Agree EGR needs to bypassed as well along with throttle body cleaning.......


----------



## CyclonicWrath (May 14, 2013)

Scott M. said:


> My concern is for resale. What if the guy I sell it to is a tree hugger and I have to put it back to stock. I don't mind removing it but I don't want to pay to restore it to original. Chances are the guy you sell it to will take it into service and the dealer will fill his head with mush. It is illegal so I would be liable. I would have to find someone who understands DPF's to sell it too. I think the DPF should go and the EGR should be closed also. Then it would average 50 MPG easy. Just like the VW rabbit did back in the 80's


If you sell it as is your not liable if you sell it certified and etested then your in trouble


----------



## grs1961 (Oct 23, 2012)

Devilz said:


> I will wait for your response once your DPF gets clogged :xxrotflmao:


I pay attention to what the instrumentation is telling me, so my DPF won't get clogged.

Trivially easy: when DPF regeneration is occurring the idle RPMs go up by 100, and, since I drive with the DIC set to "instant" fuel economy, it doesn't drop to 0.0 when DFCO has kicked in during a regen.

All I do then is make sure that I hold the revs above 2000 - by appropriate choice of gear - for about 20 minutes until things go back to normal.

So simple a child could do it - in fact, my nine year-old daughter happily points out that it is happening.


----------



## CyclonicWrath (May 14, 2013)

grs1961 said:


> I pay attention to what the instrumentation is telling me, so my DPF won't get clogged.
> 
> Trivially easy: when DPF regeneration is occurring the idle RPMs go up by 100, and, since I drive with the DIC set to "instant" fuel economy, it doesn't drop to 0.0 when DFCO has kicked in during a regen.
> 
> ...


Sounds like a waste of time, just remove it... Straight pipe


----------



## grs1961 (Oct 23, 2012)

CyclonicWrath said:


> Sounds like a waste of time, just remove it... Straight pipe


And you have removed the catalytic converter from all of your vehicles as well?

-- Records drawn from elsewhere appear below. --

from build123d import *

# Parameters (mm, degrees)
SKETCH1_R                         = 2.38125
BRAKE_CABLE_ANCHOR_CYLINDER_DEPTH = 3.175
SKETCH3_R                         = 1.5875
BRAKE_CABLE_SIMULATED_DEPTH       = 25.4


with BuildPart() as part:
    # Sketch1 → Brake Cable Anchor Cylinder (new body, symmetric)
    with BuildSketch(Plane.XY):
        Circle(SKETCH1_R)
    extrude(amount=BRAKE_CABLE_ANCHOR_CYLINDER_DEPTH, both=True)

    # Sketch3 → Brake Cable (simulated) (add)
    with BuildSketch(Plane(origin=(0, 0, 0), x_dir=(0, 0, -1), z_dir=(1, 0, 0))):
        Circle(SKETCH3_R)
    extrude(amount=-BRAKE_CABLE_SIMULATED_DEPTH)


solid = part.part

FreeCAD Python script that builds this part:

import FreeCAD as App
import Part
import Sketcher
Q = App.Units.Quantity

doc = App.newDocument("Part")
body = doc.addObject("PartDesign::Body", "Body")

sketch1 = body.newObject("Sketcher::SketchObject", "Sketch")
sketch1.AttachmentSupport = (doc.getObject("XY_Plane"), [""])
sketch1.MapMode = "FlatFace"
sketch1.addGeometry(Part.Circle(App.Vector(0, 0, 0), App.Vector(0, 0, 1), 2.4), False)
sketch1.addConstraint([
    Sketcher.Constraint("Coincident", 0, 3, -1, 1),
    Sketcher.Constraint("Diameter", 0, Q("0.1875 in")),
])
pad1 = body.newObject("PartDesign::Pad", "Pad")
pad1.Profile = sketch1
pad1.Length = Q("0.25 in")
pad1.Midplane = True

sketch2 = body.newObject("Sketcher::SketchObject", "Sketch001")
sketch2.AttachmentSupport = (doc.getObject("YZ_Plane"), [""])
sketch2.MapMode = "FlatFace"
sketch2.addGeometry(Part.Circle(App.Vector(0, 0, 0), App.Vector(0, 0, 1), 1.6), False)
sketch2.addConstraint([
    Sketcher.Constraint("Coincident", 0, 3, -1, 1),
    Sketcher.Constraint("Diameter", 0, Q("0.125 in")),
])
pad2 = body.newObject("PartDesign::Pad", "Pad001")
pad2.Profile = sketch2
pad2.Length = Q("1 in")
pad2.Reversed = True

doc.recompute()
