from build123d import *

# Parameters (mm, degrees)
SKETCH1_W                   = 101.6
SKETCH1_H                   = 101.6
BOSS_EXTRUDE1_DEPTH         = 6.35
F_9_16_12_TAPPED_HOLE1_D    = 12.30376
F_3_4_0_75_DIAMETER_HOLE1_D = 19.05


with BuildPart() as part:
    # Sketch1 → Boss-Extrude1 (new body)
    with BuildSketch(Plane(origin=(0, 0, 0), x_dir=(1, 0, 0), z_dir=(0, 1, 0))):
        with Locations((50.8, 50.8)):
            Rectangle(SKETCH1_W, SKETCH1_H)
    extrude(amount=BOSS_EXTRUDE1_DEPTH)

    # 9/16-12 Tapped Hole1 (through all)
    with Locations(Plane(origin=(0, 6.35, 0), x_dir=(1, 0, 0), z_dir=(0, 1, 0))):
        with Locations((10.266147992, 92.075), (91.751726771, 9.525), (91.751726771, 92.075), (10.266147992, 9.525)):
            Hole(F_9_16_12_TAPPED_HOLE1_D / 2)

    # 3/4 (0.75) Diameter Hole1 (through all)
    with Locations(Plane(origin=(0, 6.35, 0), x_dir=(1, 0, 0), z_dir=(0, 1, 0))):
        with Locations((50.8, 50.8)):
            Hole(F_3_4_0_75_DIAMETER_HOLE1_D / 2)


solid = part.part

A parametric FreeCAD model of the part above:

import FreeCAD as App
import Part
import Sketcher
from FreeCAD import Vector
Q = App.Units.Quantity

doc = App.newDocument("Part")
body = doc.addObject("PartDesign::Body", "Body")

sketch1 = body.newObject("Sketcher::SketchObject", "Sketch")
sketch1.AttachmentSupport = (doc.getObject("XZ_Plane"), [""])
sketch1.MapMode = "FlatFace"
sketch1.addGeometry([
    Part.LineSegment(Vector(0, -102, 0), Vector(0, 0, 0)),
    Part.LineSegment(Vector(0, 0, 0), Vector(102, 0, 0)),
    Part.LineSegment(Vector(102, 0, 0), Vector(102, -102, 0)),
    Part.LineSegment(Vector(102, -102, 0), Vector(0, -102, 0)),
], False)
sketch1.addConstraint([
    Sketcher.Constraint("Coincident", 0, 2, 1, 1),
    Sketcher.Constraint("Coincident", 1, 2, 2, 1),
    Sketcher.Constraint("Coincident", 2, 2, 3, 1),
    Sketcher.Constraint("Coincident", 3, 2, 0, 1),
    Sketcher.Constraint("Vertical", 0),
    Sketcher.Constraint("Horizontal", 1),
    Sketcher.Constraint("Vertical", 2),
    Sketcher.Constraint("Horizontal", 3),
    Sketcher.Constraint("Coincident", 0, 2, -1, 1),
    Sketcher.Constraint("Equal", 3, 0),
    Sketcher.Constraint("DistanceX", 1, 1, 1, 2, Q("4 in")),
])
pad1 = body.newObject("PartDesign::Pad", "Pad")
pad1.Profile = sketch1
pad1.Length = Q("0.25 in")
pad1.Reversed = True

sketch2 = body.newObject("Sketcher::SketchObject", "Sketch001")
sketch2.AttachmentSupport = (doc.getObject("XZ_Plane"), [""])
sketch2.MapMode = "FlatFace"
sketch2.AttachmentOffset = App.Placement(Vector(0, 0, -0.25 * 25.4), App.Rotation())
sketch2.addGeometry([
    Part.Circle(Vector(10, -92, 0), Vector(0, 0, 1), 6),
    Part.Circle(Vector(92, -10, 0), Vector(0, 0, 1), 6),
    Part.Circle(Vector(92, -92, 0), Vector(0, 0, 1), 6),
    Part.Circle(Vector(10, -10, 0), Vector(0, 0, 1), 6),
], False)
sketch2.addConstraint([
    Sketcher.Constraint("Equal", 0, 1),
    Sketcher.Constraint("Equal", 1, 2),
    Sketcher.Constraint("Equal", 2, 3),
    Sketcher.Constraint("Horizontal", 0, 3, 2, 3),
    Sketcher.Constraint("Horizontal", 1, 3, 3, 3),
    Sketcher.Constraint("Vertical", 1, 3, 2, 3),
    Sketcher.Constraint("Vertical", 0, 3, 3, 3),
    Sketcher.Constraint("Diameter", 0, Q("0.4844 in")),
    Sketcher.Constraint("DistanceY", 0, 3, 1, 3, Q("3.25 in")),
    Sketcher.Constraint("DistanceY", 0, 3, -1, 1, Q("3.625 in")),
    Sketcher.Constraint("DistanceX", 0, 3, 1, 3, 81.485579),
    Sketcher.Constraint("DistanceX", -1, 1, 0, 3, 10.266148),
])
doc.recompute()
hole = body.newObject("PartDesign::Hole", "Hole")
hole.Profile = sketch2
hole.ThreadType = "None"
hole.Diameter = Q("0.4844 in")
hole.DepthType = "ThroughAll"
hole.Reversed = True

sketch3 = body.newObject("Sketcher::SketchObject", "Sketch002")
sketch3.AttachmentSupport = (doc.getObject("XZ_Plane"), [""])
sketch3.MapMode = "FlatFace"
sketch3.AttachmentOffset = App.Placement(Vector(0, 0, -0.25 * 25.4), App.Rotation())
sketch3.addGeometry(Part.Circle(Vector(51, -51, 0), Vector(0, 0, 1), 10), False)
sketch3.addConstraint([
    Sketcher.Constraint("Diameter", 0, Q("0.75 in")),
    Sketcher.Constraint("DistanceX", -1, 1, 0, 3, Q("2 in")),
    Sketcher.Constraint("DistanceY", 0, 3, -1, 1, Q("2 in")),
])
doc.recompute()
hole2 = body.newObject("PartDesign::Hole", "Hole001")
hole2.Profile = sketch3
hole2.ThreadType = "None"
hole2.Diameter = Q("0.75 in")
hole2.DepthType = "ThroughAll"
hole2.Reversed = True

doc.recompute()
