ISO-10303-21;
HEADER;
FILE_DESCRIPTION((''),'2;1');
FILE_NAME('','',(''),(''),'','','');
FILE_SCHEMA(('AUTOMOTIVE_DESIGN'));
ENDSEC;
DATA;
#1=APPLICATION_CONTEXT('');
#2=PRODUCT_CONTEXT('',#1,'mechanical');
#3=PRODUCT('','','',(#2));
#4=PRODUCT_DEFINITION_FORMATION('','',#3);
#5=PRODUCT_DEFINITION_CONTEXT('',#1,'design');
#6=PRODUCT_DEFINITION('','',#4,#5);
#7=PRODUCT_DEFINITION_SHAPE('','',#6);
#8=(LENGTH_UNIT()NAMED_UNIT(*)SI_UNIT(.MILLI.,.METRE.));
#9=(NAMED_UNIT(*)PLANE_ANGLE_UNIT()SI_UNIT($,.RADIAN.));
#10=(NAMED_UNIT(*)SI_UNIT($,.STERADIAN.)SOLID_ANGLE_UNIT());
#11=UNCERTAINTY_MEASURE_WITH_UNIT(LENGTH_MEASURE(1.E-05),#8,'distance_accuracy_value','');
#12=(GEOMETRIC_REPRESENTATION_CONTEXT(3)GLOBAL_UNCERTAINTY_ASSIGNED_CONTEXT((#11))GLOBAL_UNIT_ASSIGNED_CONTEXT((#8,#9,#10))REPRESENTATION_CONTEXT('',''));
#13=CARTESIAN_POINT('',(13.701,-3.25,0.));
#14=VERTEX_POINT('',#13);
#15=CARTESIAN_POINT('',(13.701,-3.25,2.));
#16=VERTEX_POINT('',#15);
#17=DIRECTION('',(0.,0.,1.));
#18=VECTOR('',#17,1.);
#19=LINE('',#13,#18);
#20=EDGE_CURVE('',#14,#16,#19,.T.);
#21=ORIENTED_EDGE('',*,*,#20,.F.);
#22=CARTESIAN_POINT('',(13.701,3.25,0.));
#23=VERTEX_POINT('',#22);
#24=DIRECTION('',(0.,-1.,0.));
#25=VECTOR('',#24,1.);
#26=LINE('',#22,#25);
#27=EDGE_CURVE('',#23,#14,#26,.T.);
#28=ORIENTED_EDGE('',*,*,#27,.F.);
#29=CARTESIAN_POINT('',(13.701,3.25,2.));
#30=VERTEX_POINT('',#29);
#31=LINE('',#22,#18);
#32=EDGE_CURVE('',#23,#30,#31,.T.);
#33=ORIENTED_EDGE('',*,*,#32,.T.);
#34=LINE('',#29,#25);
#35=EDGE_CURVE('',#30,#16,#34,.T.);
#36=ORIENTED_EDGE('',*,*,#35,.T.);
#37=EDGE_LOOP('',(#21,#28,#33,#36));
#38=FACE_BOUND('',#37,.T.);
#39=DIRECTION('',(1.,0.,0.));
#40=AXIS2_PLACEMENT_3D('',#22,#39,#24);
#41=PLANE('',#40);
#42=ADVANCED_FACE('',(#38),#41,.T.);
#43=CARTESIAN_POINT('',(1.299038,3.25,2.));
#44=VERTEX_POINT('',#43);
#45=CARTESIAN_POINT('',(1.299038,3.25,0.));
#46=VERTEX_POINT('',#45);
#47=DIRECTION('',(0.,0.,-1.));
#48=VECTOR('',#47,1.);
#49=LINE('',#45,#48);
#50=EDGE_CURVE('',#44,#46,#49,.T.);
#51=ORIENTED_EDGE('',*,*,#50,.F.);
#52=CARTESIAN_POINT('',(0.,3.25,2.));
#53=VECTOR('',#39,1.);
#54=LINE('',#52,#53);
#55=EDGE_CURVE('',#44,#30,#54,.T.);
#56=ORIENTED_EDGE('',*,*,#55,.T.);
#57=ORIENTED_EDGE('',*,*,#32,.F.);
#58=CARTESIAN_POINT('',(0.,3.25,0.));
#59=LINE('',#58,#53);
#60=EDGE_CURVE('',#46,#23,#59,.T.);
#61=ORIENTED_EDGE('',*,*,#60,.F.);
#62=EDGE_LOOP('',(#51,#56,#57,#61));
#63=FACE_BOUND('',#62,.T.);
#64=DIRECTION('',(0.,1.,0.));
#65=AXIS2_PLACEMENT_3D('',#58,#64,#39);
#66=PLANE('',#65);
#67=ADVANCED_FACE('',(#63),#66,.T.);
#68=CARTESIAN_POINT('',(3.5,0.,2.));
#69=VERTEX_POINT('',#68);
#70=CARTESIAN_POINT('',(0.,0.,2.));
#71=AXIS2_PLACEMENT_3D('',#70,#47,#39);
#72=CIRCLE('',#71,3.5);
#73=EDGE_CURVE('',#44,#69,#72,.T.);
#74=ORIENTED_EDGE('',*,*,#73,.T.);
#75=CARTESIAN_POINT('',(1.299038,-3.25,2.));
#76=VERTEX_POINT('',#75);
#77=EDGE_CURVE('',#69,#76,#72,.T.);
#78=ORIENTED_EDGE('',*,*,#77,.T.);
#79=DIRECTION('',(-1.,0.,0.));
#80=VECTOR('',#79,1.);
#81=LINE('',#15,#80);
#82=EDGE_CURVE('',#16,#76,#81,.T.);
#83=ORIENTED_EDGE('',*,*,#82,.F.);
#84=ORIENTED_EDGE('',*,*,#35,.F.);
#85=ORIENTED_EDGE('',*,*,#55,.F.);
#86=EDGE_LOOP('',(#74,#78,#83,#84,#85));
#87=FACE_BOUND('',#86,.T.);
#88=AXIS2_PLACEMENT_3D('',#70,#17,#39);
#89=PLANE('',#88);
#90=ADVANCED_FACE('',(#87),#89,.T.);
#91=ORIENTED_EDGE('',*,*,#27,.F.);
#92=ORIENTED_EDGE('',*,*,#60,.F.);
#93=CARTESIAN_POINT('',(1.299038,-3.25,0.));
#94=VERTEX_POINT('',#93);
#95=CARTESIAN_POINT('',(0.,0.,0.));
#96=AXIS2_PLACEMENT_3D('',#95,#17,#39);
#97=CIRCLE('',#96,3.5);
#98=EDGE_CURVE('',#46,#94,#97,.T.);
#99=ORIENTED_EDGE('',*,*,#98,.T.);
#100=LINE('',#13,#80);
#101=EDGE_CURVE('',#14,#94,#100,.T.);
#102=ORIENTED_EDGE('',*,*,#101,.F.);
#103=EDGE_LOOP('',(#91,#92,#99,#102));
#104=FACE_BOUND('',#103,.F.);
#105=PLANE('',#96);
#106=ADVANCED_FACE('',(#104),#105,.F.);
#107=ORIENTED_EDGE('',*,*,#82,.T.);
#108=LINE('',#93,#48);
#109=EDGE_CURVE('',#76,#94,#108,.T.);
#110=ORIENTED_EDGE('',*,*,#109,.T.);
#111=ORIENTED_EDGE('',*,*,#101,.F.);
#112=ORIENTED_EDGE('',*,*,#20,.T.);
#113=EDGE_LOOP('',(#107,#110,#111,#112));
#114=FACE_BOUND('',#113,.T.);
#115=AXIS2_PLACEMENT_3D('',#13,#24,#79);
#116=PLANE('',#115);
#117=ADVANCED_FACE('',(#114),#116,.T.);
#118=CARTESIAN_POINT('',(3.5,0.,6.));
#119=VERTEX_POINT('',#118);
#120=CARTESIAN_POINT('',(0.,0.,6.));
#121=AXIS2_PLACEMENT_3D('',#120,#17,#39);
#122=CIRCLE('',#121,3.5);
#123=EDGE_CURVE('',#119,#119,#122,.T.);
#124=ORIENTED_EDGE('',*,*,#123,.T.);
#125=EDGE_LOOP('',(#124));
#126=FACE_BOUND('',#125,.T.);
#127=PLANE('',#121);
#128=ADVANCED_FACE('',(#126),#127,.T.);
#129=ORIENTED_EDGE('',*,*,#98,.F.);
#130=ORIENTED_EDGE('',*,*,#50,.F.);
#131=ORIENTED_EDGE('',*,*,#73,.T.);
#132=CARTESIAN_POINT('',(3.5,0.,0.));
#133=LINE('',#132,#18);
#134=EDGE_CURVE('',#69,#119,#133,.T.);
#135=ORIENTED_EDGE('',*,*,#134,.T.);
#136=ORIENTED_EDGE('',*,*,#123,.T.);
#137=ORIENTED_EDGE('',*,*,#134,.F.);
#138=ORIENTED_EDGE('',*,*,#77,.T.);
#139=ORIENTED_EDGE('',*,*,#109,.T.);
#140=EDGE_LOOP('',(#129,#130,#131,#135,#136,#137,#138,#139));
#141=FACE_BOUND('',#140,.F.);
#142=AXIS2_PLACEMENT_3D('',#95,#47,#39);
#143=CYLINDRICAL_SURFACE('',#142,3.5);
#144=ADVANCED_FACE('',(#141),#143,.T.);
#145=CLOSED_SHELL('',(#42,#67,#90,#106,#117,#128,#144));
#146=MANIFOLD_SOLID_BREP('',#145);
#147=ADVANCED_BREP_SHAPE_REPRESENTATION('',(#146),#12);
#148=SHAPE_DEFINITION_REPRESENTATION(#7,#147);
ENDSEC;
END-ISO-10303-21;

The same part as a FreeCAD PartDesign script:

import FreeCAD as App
import Part
import Sketcher
Q = App.Units.Quantity


def add_polygon(sketch, points):
    """Adds a closed chain of lines whose ends are joined by coincident constraints."""
    first, n = sketch.GeometryCount, len(points)
    for a, b in zip(points, points[1:] + points[:1]):
        sketch.addGeometry(Part.LineSegment(App.Vector(*a, 0), App.Vector(*b, 0)), False)
    for i in range(n):
        sketch.addConstraint(Sketcher.Constraint("Coincident", first + i, 2, first + (i + 1) % n, 1))

doc = App.newDocument("Part")
body = doc.addObject("PartDesign::Body", "Body")

sketch1 = body.newObject("Sketcher::SketchObject", "Sketch")
sketch1.AttachmentSupport = (doc.getObject("XY_Plane"), [""])
sketch1.MapMode = "FlatFace"
sketch1.addGeometry(Part.Circle(App.Vector(0, 0, 0), App.Vector(0, 0, 1), 3.5), False)
sketch1.addConstraint([
    Sketcher.Constraint("Coincident", 0, 3, -1, 1),
    Sketcher.Constraint("Diameter", 0, Q("7 mm")),
])
pad1 = body.newObject("PartDesign::Pad", "Pad")
pad1.Profile = sketch1
pad1.Length = 6

sketch2 = body.newObject("Sketcher::SketchObject", "Sketch001")
sketch2.AttachmentSupport = (doc.getObject("XY_Plane"), [""])
sketch2.MapMode = "FlatFace"
add_polygon(sketch2, [(14, 3), (0, 3), (0, -3), (14, -3)])
sketch2.addConstraint([
    Sketcher.Constraint("Horizontal", 0),
    Sketcher.Constraint("Vertical", 1),
    Sketcher.Constraint("Horizontal", 2),
    Sketcher.Constraint("Vertical", 3),
    Sketcher.Constraint("Symmetric", 0, 2, 1, 2, -1, 1),
    Sketcher.Constraint("DistanceY", 1, 2, 1, 1, Q("6.5 mm")),
    Sketcher.Constraint("DistanceX", 0, 2, 0, 1, Q("13.701 mm")),
])
pad2 = body.newObject("PartDesign::Pad", "Pad001")
pad2.Profile = sketch2
pad2.Length = 2

doc.recompute()
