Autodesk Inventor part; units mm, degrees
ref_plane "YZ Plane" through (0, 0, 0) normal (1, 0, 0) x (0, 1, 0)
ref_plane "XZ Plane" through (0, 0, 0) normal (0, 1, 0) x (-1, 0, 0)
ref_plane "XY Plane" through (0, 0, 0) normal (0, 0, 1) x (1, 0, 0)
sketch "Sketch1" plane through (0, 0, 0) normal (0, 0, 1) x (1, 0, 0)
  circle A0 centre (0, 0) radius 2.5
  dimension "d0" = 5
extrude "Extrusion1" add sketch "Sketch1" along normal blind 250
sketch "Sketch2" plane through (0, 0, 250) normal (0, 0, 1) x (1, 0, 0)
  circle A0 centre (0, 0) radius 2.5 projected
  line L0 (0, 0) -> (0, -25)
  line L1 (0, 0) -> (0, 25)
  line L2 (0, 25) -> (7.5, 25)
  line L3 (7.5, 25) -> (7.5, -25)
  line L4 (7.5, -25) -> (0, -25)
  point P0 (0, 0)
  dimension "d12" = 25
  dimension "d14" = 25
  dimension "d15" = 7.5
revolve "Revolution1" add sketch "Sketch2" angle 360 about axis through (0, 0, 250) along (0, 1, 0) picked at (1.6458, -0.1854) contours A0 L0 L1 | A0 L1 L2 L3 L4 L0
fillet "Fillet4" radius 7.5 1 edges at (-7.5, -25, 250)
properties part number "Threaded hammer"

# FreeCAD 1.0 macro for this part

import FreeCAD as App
import Part
import Sketcher
from FreeCAD import Vector
Q = App.Units.Quantity


def edges_at(feature, points):
    """Names of the edges that pass closest to the given points."""
    edges = feature.Shape.Edges
    near = lambda p: min(range(len(edges)), key=lambda i: edges[i].distToShape(Part.Vertex(*p))[0])
    return sorted({f"Edge{near(p) + 1}" for p in points})

doc = App.newDocument("Part")
body = doc.addObject("PartDesign::Body", "Body")

sketch1 = body.newObject("Sketcher::SketchObject", "Sketch")
sketch1.AttachmentSupport = (doc.getObject("XY_Plane"), [""])
sketch1.MapMode = "FlatFace"
sketch1.addGeometry(Part.Circle(Vector(0, 0, 0), Vector(0, 0, 1), 2.5), False)
sketch1.addConstraint([
    Sketcher.Constraint("Coincident", 0, 3, -1, 1),
    Sketcher.Constraint("Diameter", 0, Q("5 mm")),
])
pad1 = body.newObject("PartDesign::Pad", "Pad")
pad1.Profile = sketch1
pad1.Length = 250

sketch2 = body.newObject("Sketcher::SketchObject", "Sketch001")
sketch2.AttachmentSupport = (doc.getObject("XY_Plane"), [""])
sketch2.MapMode = "FlatFace"
sketch2.AttachmentOffset = App.Placement(Vector(0, 0, 250), App.Rotation())
sketch2.addGeometry([
    Part.LineSegment(Vector(0, -25, 0), Vector(7.5, -25, 0)),
    Part.LineSegment(Vector(7.5, -25, 0), Vector(7.5, 25, 0)),
    Part.LineSegment(Vector(7.5, 25, 0), Vector(0, 25, 0)),
    Part.LineSegment(Vector(0, 25, 0), Vector(0, -25, 0)),
], False)
sketch2.addConstraint([
    Sketcher.Constraint("Coincident", 0, 2, 1, 1),
    Sketcher.Constraint("Coincident", 1, 2, 2, 1),
    Sketcher.Constraint("Coincident", 2, 2, 3, 1),
    Sketcher.Constraint("Coincident", 3, 2, 0, 1),
    Sketcher.Constraint("Horizontal", 0),
    Sketcher.Constraint("Vertical", 1),
    Sketcher.Constraint("Horizontal", 2),
    Sketcher.Constraint("Vertical", 3),
    Sketcher.Constraint("Symmetric", 2, 2, 3, 2, -1, 1),
    Sketcher.Constraint("DistanceX", 0, 1, 0, 2, Q("7.5 mm")),
    Sketcher.Constraint("DistanceY", 0, 2, -1, 1, Q("25 mm")),
])
revolution = body.newObject("PartDesign::Revolution", "Revolution")
revolution.Profile = sketch2
revolution.ReferenceAxis = (sketch2, ["V_Axis"])
revolution.Angle = 360
doc.recompute()

fillet = body.newObject("PartDesign::Fillet", "Fillet")
fillet.Base = (revolution, edges_at(revolution, [(-7.5, -25, 250)]))
fillet.Radius = 7.5

doc.recompute()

Not that you were ever on my Christmas list, but you'd be off it now.


----------



## diesel (Jun 8, 2013)

I still think that improper oil can very likely cause a clogged DPF and that odds are dealers WILL put the wrong oil in.


----------



## CyclonicWrath (May 14, 2013)

grs1961 said:


> And you have removed the catalytic converter from all of your vehicles as well?
> 
> Not that you were ever on my Christmas list, but you'd be off it now.


Lol thank god there's no Santa or I might be upset


----------



## CyclonicWrath (May 14, 2013)

diesel said:


> I still think that improper oil can very likely cause a clogged DPF and that odds are dealers WILL put the wrong oil in.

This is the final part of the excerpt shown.